Like with every year I do this list, there is some part of me that really can’t decide which game I’m going to put at the top of my list. Like last year, I was torn between two games that were a bubbling simmer over the course of the months or a short, brilliantly bright flash when it first game out.
On both occasions, I’ve opted to go for the bright flash of a game. My logic being that if I finish a game and then it’s still on my mind so many months later, despite not touching it since, the surely it’s going to be one that I need to celebrate a little bit more than the game I’ve been picking up here and there throughout the year.
You can disagree with me if you’d like, but I’m not sure if you can really argue that this game isn’t a worthy contender for any game of the year list no matter who you are.
#1: Final Fantasy VII Remake
Played on PlayStation 4 | Released 10th April | Developed by Square Enix
The Final Fantasy VII Remake is an astounding piece of video game. The pure excessive detail to which the developers take the first few hours of the original PS1 game and expand it out into this massive, complex and stunningly beautiful cinematic experience is a true accomplishment in my eyes.
As someone who has only a passing knowledge and respect for the original FFVII, I wasn’t too invested in seeing this game ever come out. In fact, I had become content to just let it continue to be the punchline that was yet another Square Enix game that would never see the light of day.
I don’t actually remember what possessed me to pick the game up despite my mocking comments of the game prior to release, but as soon as I started playing it I realised I was onto something special. Despite only playing this on a basic PS4, this was a stunningly rendered video game. The worlds, the characters and the storytelling throughout was gripping.
As I spoke about in my initial review of the game after finishing it, the is a level of excess to every part of this game’s development that shows not just how much love went into this game on the part of the people making it, but also that there was this real desire to make this game as grandiose and important as the original ended up being to those of us who grew up during the 90s.

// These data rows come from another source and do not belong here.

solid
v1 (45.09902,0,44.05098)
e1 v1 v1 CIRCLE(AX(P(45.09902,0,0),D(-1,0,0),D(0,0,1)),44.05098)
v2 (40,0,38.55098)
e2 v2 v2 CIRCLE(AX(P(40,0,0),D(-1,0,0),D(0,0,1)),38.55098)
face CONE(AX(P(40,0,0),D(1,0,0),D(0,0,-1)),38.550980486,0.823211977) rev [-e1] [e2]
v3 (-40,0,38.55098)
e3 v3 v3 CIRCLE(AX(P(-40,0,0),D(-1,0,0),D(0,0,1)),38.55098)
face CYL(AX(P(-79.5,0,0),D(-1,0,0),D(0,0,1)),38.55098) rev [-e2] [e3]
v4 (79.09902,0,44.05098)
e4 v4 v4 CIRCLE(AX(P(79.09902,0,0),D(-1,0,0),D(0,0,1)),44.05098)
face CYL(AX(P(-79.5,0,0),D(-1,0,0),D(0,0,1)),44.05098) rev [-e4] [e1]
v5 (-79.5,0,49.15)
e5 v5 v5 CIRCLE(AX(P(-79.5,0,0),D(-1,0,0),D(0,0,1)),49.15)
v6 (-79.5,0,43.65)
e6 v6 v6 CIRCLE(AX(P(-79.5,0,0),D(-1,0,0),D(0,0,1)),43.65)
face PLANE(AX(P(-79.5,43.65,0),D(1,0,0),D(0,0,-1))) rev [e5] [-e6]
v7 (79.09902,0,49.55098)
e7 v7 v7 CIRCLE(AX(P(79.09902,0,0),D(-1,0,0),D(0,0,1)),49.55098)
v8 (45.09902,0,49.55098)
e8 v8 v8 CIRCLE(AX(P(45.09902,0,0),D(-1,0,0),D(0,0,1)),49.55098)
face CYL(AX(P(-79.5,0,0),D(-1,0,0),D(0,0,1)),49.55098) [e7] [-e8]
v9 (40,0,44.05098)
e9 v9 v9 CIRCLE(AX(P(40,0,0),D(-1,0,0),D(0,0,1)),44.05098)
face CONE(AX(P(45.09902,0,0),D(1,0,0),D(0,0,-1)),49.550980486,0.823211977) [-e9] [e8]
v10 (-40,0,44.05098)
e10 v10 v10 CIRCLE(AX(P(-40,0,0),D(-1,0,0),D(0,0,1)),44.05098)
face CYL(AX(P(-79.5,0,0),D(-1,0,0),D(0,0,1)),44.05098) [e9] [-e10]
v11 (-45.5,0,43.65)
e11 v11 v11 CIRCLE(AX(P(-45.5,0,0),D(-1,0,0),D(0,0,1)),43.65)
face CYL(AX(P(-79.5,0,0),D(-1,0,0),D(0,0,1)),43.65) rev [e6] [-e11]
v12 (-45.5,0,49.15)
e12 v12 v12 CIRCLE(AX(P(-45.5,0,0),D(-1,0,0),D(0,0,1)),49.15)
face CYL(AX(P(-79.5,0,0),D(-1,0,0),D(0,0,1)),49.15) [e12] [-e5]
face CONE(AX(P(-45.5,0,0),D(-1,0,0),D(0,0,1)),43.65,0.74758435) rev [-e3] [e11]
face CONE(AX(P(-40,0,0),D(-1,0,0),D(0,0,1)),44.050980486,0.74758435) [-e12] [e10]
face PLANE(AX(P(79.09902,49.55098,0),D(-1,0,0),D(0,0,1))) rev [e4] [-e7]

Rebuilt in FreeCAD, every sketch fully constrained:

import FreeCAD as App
import Part
import Sketcher

V = App.Vector

doc = App.newDocument("Part")
body = doc.addObject("PartDesign::Body", "Body")

sketch1 = body.newObject("Sketcher::SketchObject", "Sketch")
sketch1.AttachmentSupport = (doc.getObject("XY_Plane"), [""])
sketch1.MapMode = "FlatFace"
sketch1.addGeometry([
    Part.LineSegment(V(-45.5, 49.15, 0), V(-79.5, 49.15, 0)),
    Part.LineSegment(V(-79.5, 49.15, 0), V(-79.5, 43.65, 0)),
    Part.LineSegment(V(-79.5, 43.65, 0), V(-45.5, 43.65, 0)),
    Part.LineSegment(V(-45.5, 43.65, 0), V(-40, 38.55098, 0)),
    Part.LineSegment(V(-40, 38.55098, 0), V(40, 38.55098, 0)),
    Part.LineSegment(V(40, 38.55098, 0), V(45.09902, 44.05098, 0)),
    Part.LineSegment(V(45.09902, 44.05098, 0), V(79.09902, 44.05098, 0)),
    Part.LineSegment(V(79.09902, 44.05098, 0), V(79.09902, 49.55098, 0)),
    Part.LineSegment(V(79.09902, 49.55098, 0), V(45.09902, 49.55098, 0)),
    Part.LineSegment(V(45.09902, 49.55098, 0), V(40, 44.05098, 0)),
    Part.LineSegment(V(40, 44.05098, 0), V(-40, 44.05098, 0)),
    Part.LineSegment(V(-40, 44.05098, 0), V(-45.5, 49.15, 0)),
], False)
sketch1.addConstraint([
    Sketcher.Constraint("Coincident", 0, 2, 1, 1),
    Sketcher.Constraint("Coincident", 1, 2, 2, 1),
    Sketcher.Constraint("Coincident", 2, 2, 3, 1),
    Sketcher.Constraint("Coincident", 3, 2, 4, 1),
    Sketcher.Constraint("Coincident", 4, 2, 5, 1),
    Sketcher.Constraint("Coincident", 5, 2, 6, 1),
    Sketcher.Constraint("Coincident", 6, 2, 7, 1),
    Sketcher.Constraint("Coincident", 7, 2, 8, 1),
    Sketcher.Constraint("Coincident", 8, 2, 9, 1),
    Sketcher.Constraint("Coincident", 9, 2, 10, 1),
    Sketcher.Constraint("Coincident", 10, 2, 11, 1),
    Sketcher.Constraint("Coincident", 11, 2, 0, 1),
    Sketcher.Constraint("Horizontal", 0),
    Sketcher.Constraint("Vertical", 1),
    Sketcher.Constraint("Horizontal", 2),
    Sketcher.Constraint("Horizontal", 4),
    Sketcher.Constraint("Horizontal", 6),
    Sketcher.Constraint("Vertical", 7),
    Sketcher.Constraint("Horizontal", 8),
    Sketcher.Constraint("Horizontal", 10),
    Sketcher.Constraint("Perpendicular", 3, 5),
    Sketcher.Constraint("Parallel", 5, 9),
    Sketcher.Constraint("Perpendicular", 9, 11),
    Sketcher.Constraint("Horizontal", 6, 2, 9, 2),
    Sketcher.Constraint("Vertical", 5, 2, 8, 2),
    Sketcher.Constraint("Vertical", 4, 2, 9, 2),
    Sketcher.Constraint("Vertical", 3, 2, 10, 2),
    Sketcher.Constraint("Vertical", 2, 2, 11, 2),
    Sketcher.Constraint("Equal", 2, 6),
    Sketcher.Constraint("Equal", 3, 5),
    Sketcher.Constraint("DistanceX", 0, 2, 0, 1, 34.0),
    Sketcher.Constraint("DistanceX", 4, 1, 4, 2, 80.0),
    Sketcher.Constraint("DistanceY", 1, 2, 1, 1, 5.5),
    Sketcher.Constraint("DistanceX", 3, 2, -1, 1, 40.0),
    Sketcher.Constraint("Distance", 3, 7.5),
    Sketcher.Constraint("DistanceY", -1, 1, 0, 2, 49.15),
])
revolution = body.newObject("PartDesign::Revolution", "Revolution")
revolution.Profile = sketch1
revolution.ReferenceAxis = (sketch1, ["H_Axis"])
revolution.Angle = 360

doc.recompute()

It might be because I’m not super precious about this game and its characters that I might have enjoyed what this game did to not only expand its own lore, but to twist it into something beyond what the original story was telling. During the early parts of the game, there are obviously multiple plot elements, character backstories and action sequences that never existed in the original game.
To begin with these seemed like they might be nothing more than simple padding, there to bloat out the length of what was a pretty short and sharp story. The thing is, the game does such a great job of making these simple characters in the original, into more complex and likeable characters you want to spend time with that I didn’t bother me. I was so charmed by these characters and their utter insistence of hanging around Cloud despite his tsundere attitude that I didn’t notice the subtle changes the game was making.
Until they started becoming less subtle. It’s a point I talked about after finishing the game, that this remake of Final Fantasy might not be a straight remake of the game at all. Instead it was an alternate story taking place within the same universe. With so many things changing that a literal manifestation of continuity showing up be an active antagonist in the game.
Which means that by the end, characters who previously died had now survived, events played out not how they were supposed to play out and there was an implication as to whether the famous scene of Sephiroth killing Aerith might ever happen at all.
In the end, I did adore this game. While it’s setting might seem pretty self serious and a tad too gritty in the beginning, it eventually goes down the route of peak silliness that only a Japanese game could manage. By the time I’d arrived at Wall Market, I realised that this game was going to appear somewhere near the top of my game of the year list. As that’s the setting of some of the best segments of the game.
Between the game’s look, the ridiculous impressive soundtrack, the amazingly revamped combat and the changes they made to the established formula, I never, ever expected to love this game as much as I did. So much so that I went back and played Final Fantasy XIII again, which was probably a mistake. I have no idea when or even if another part of this game is every going to come out. In many ways it seems like it ends on a perfect open ending which could very simply leave itself up to the player’s interpretation of possible consciences.
There were a lot of games I didn’t play in 2020. Final Fantasy VII remake is one I am very glad I did get my hands on when I did.
And there’s my December hell over. Honestly, this one was a little touch and go. I almost didn’t get this posted today. I’m still thinking about taking a break in January. Not stopping posting, but just posting less for a while to avoid burning myself out. Although I have a feeling my approach to my blog is more of a simple on/off switch rather than a dial these days. So we’ll see how that one goes.
Happy New Year and while I would jump in the “Fuck 2020” train, I have a dreadful feeling that the first half of 2021 is just going to be a continuation of the hell we’ve already been suffering through.